━━ Provided data ━━
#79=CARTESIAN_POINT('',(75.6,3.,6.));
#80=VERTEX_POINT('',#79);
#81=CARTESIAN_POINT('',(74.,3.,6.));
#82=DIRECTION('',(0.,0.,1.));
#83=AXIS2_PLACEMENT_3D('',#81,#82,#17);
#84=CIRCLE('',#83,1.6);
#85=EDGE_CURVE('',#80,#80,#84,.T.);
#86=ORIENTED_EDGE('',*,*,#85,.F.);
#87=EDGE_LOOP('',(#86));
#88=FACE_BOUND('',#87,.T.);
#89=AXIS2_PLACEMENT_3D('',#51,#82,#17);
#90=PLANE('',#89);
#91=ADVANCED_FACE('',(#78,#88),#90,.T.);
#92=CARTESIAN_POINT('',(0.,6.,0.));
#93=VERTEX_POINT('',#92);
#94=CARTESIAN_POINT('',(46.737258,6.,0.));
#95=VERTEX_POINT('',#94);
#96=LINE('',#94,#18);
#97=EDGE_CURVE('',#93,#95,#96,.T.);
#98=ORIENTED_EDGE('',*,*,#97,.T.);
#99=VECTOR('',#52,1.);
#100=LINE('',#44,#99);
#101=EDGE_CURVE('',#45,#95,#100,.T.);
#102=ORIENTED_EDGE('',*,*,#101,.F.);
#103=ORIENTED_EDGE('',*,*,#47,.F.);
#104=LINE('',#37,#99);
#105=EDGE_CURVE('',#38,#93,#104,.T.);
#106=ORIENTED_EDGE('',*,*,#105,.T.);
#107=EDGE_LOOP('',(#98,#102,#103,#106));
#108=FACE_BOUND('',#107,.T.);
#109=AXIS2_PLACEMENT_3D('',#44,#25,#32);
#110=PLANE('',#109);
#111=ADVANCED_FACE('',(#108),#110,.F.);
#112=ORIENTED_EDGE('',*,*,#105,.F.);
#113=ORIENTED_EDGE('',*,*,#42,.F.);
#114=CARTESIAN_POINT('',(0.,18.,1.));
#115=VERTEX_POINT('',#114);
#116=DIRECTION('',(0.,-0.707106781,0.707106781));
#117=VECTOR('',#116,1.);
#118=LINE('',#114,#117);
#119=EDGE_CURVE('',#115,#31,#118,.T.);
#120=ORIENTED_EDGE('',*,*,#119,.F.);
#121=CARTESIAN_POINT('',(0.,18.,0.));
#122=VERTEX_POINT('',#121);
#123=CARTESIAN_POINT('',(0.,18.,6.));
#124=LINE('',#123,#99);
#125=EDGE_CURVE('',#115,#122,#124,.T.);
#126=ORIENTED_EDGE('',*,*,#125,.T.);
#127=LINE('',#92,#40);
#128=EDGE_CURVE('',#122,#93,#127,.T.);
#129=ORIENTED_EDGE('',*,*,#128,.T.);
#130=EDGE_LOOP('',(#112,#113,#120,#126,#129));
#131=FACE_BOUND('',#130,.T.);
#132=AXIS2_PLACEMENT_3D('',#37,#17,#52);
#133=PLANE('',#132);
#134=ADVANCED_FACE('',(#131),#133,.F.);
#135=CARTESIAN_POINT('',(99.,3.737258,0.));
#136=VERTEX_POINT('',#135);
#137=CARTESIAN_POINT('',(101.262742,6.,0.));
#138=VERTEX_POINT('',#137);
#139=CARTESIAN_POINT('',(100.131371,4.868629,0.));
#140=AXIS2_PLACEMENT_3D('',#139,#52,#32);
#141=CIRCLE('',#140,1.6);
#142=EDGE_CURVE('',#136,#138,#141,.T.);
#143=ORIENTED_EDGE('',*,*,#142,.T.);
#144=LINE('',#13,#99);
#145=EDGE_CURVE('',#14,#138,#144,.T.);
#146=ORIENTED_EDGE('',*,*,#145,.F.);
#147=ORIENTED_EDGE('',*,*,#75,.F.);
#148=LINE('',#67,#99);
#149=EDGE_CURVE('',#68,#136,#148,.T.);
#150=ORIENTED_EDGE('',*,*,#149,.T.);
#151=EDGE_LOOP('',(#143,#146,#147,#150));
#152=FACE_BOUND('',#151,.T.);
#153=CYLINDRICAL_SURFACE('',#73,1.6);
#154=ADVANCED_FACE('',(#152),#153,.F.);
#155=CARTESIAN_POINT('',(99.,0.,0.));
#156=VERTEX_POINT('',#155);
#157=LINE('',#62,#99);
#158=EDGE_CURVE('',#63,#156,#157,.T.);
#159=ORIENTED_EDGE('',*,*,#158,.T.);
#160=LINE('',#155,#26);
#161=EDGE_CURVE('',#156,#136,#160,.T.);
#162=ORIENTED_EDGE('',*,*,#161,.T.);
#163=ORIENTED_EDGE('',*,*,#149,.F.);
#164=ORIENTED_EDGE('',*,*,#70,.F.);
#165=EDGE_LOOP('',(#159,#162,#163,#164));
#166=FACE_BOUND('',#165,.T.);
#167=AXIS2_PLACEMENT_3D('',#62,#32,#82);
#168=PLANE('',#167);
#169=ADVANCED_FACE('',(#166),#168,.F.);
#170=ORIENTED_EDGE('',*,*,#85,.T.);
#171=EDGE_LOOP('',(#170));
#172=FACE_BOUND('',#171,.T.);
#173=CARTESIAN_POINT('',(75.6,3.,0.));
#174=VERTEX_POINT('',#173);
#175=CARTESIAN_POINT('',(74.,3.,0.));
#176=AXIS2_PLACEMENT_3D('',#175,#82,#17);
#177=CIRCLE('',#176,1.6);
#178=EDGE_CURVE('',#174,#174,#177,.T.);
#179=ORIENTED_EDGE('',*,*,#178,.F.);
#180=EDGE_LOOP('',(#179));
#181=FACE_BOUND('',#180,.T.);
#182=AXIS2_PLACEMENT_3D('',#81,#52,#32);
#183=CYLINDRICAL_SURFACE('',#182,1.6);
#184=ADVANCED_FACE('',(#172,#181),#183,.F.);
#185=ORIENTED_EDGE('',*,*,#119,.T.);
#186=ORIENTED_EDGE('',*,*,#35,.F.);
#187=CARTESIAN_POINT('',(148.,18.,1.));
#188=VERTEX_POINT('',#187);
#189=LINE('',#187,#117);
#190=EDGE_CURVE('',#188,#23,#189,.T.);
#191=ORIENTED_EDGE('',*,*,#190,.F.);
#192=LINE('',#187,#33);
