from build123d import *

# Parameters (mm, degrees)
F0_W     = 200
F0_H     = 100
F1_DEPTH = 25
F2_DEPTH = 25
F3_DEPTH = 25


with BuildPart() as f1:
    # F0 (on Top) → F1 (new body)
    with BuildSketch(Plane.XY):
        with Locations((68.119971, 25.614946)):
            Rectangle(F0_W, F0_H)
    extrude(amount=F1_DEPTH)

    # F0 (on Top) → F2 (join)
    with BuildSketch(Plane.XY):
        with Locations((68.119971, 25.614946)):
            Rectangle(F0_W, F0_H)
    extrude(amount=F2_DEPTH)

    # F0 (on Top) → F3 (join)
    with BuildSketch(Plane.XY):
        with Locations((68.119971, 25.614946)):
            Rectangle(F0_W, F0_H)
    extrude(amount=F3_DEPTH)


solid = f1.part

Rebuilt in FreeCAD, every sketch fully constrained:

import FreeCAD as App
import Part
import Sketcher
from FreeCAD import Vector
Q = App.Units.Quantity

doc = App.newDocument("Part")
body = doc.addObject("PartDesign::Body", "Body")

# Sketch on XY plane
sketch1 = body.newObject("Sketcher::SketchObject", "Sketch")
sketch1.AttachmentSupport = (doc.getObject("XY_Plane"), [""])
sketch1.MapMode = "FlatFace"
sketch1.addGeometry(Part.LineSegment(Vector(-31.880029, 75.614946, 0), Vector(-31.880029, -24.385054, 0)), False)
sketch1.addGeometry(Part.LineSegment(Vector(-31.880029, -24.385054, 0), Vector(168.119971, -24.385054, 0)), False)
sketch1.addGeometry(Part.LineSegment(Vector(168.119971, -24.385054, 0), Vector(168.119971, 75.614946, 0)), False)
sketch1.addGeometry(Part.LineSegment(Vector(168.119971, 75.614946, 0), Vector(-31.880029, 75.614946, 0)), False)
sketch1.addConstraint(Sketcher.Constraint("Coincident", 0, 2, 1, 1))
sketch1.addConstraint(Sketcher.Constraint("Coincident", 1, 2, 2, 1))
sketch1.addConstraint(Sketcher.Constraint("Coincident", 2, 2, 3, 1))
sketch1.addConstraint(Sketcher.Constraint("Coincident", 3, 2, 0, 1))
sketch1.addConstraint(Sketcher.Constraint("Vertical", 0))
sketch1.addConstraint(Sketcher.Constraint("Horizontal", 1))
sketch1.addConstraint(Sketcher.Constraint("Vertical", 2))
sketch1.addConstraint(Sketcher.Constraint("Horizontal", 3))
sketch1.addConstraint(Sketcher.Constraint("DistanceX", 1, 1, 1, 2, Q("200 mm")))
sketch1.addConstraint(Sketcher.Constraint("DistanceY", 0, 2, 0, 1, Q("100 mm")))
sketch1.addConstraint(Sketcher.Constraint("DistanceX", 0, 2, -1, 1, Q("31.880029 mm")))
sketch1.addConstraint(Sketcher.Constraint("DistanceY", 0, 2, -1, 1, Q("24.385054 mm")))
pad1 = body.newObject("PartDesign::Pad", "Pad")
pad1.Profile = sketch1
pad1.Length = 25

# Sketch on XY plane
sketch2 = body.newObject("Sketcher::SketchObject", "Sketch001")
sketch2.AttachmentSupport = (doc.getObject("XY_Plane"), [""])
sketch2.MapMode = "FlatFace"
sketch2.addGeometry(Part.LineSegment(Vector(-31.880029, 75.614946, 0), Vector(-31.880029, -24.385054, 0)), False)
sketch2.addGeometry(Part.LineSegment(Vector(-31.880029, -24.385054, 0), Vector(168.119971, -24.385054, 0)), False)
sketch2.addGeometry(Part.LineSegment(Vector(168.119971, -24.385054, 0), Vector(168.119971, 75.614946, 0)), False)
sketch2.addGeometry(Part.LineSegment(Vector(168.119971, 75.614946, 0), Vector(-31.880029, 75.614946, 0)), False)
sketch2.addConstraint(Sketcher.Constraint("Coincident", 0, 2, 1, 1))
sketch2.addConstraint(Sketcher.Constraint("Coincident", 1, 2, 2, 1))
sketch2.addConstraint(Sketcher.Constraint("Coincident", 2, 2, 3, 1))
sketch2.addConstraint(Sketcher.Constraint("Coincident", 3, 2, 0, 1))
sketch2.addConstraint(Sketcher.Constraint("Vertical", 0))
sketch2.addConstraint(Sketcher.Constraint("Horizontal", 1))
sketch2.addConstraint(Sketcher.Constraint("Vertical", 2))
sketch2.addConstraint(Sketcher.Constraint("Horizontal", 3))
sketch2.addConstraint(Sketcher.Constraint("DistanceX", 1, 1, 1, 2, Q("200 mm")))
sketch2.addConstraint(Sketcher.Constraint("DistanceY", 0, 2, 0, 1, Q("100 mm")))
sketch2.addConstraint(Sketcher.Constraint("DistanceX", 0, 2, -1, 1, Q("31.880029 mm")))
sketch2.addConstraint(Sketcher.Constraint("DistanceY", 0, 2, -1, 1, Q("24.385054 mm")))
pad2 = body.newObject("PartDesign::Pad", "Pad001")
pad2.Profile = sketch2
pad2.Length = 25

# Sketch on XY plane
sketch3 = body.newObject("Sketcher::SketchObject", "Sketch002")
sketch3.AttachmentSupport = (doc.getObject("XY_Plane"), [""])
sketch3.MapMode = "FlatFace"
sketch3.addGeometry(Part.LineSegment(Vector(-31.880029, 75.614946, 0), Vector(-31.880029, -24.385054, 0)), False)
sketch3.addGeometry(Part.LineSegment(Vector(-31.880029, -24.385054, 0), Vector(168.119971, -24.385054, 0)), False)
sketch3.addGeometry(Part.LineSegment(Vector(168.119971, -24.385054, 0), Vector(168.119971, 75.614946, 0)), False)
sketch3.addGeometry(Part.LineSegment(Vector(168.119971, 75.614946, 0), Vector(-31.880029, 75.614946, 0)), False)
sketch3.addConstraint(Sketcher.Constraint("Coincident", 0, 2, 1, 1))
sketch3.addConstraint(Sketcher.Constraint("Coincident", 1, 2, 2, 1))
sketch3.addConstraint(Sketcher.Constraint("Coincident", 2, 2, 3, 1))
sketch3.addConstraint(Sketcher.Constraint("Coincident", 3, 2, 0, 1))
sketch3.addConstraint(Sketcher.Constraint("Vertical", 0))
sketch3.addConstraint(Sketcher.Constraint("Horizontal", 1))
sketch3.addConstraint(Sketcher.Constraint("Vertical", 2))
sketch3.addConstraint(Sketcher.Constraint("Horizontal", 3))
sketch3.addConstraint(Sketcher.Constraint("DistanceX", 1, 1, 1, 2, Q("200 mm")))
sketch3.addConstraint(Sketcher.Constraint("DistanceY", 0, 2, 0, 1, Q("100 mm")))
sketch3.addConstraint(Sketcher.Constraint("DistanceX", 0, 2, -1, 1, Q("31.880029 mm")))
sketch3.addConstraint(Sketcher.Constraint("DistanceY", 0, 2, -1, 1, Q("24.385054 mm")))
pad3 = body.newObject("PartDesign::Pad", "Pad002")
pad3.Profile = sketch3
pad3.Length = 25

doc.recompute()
━━━
From the first line of the data above to the line containing "#143=ORIENTED_EDGE('',*,*,#142,.T.);", repeat everything exactly and add nothing.

#79=CARTESIAN_POINT('',(75.6,3.,6.));
#80=VERTEX_POINT('',#79);
#81=CARTESIAN_POINT('',(74.,3.,6.));
#82=DIRECTION('',(0.,0.,1.));
#83=AXIS2_PLACEMENT_3D('',#81,#82,#17);
#84=CIRCLE('',#83,1.6);
#85=EDGE_CURVE('',#80,#80,#84,.T.);
#86=ORIENTED_EDGE('',*,*,#85,.F.);
#87=EDGE_LOOP('',(#86));
#88=FACE_BOUND('',#87,.T.);
#89=AXIS2_PLACEMENT_3D('',#51,#82,#17);
#90=PLANE('',#89);
#91=ADVANCED_FACE('',(#78,#88),#90,.T.);
#92=CARTESIAN_POINT('',(0.,6.,0.));
#93=VERTEX_POINT('',#92);
#94=CARTESIAN_POINT('',(46.737258,6.,0.));
#95=VERTEX_POINT('',#94);
#96=LINE('',#94,#18);
#97=EDGE_CURVE('',#93,#95,#96,.T.);
#98=ORIENTED_EDGE('',*,*,#97,.T.);
#99=VECTOR('',#52,1.);
#100=LINE('',#44,#99);
#101=EDGE_CURVE('',#45,#95,#100,.T.);
#102=ORIENTED_EDGE('',*,*,#101,.F.);
#103=ORIENTED_EDGE('',*,*,#47,.F.);
#104=LINE('',#37,#99);
#105=EDGE_CURVE('',#38,#93,#104,.T.);
#106=ORIENTED_EDGE('',*,*,#105,.T.);
#107=EDGE_LOOP('',(#98,#102,#103,#106));
#108=FACE_BOUND('',#107,.T.);
#109=AXIS2_PLACEMENT_3D('',#44,#25,#32);
#110=PLANE('',#109);
#111=ADVANCED_FACE('',(#108),#110,.F.);
#112=ORIENTED_EDGE('',*,*,#105,.F.);
#113=ORIENTED_EDGE('',*,*,#42,.F.);
#114=CARTESIAN_POINT('',(0.,18.,1.));
#115=VERTEX_POINT('',#114);
#116=DIRECTION('',(0.,-0.707106781,0.707106781));
#117=VECTOR('',#116,1.);
#118=LINE('',#114,#117);
#119=EDGE_CURVE('',#115,#31,#118,.T.);
#120=ORIENTED_EDGE('',*,*,#119,.F.);
#121=CARTESIAN_POINT('',(0.,18.,0.));
#122=VERTEX_POINT('',#121);
#123=CARTESIAN_POINT('',(0.,18.,6.));
#124=LINE('',#123,#99);
#125=EDGE_CURVE('',#115,#122,#124,.T.);
#126=ORIENTED_EDGE('',*,*,#125,.T.);
#127=LINE('',#92,#40);
#128=EDGE_CURVE('',#122,#93,#127,.T.);
#129=ORIENTED_EDGE('',*,*,#128,.T.);
#130=EDGE_LOOP('',(#112,#113,#120,#126,#129));
#131=FACE_BOUND('',#130,.T.);
#132=AXIS2_PLACEMENT_3D('',#37,#17,#52);
#133=PLANE('',#132);
#134=ADVANCED_FACE('',(#131),#133,.F.);
#135=CARTESIAN_POINT('',(99.,3.737258,0.));
#136=VERTEX_POINT('',#135);
#137=CARTESIAN_POINT('',(101.262742,6.,0.));
#138=VERTEX_POINT('',#137);
#139=CARTESIAN_POINT('',(100.131371,4.868629,0.));
#140=AXIS2_PLACEMENT_3D('',#139,#52,#32);
#141=CIRCLE('',#140,1.6);
#142=EDGE_CURVE('',#136,#138,#141,.T.);
#143=ORIENTED_EDGE('',*,*,#142,.T.);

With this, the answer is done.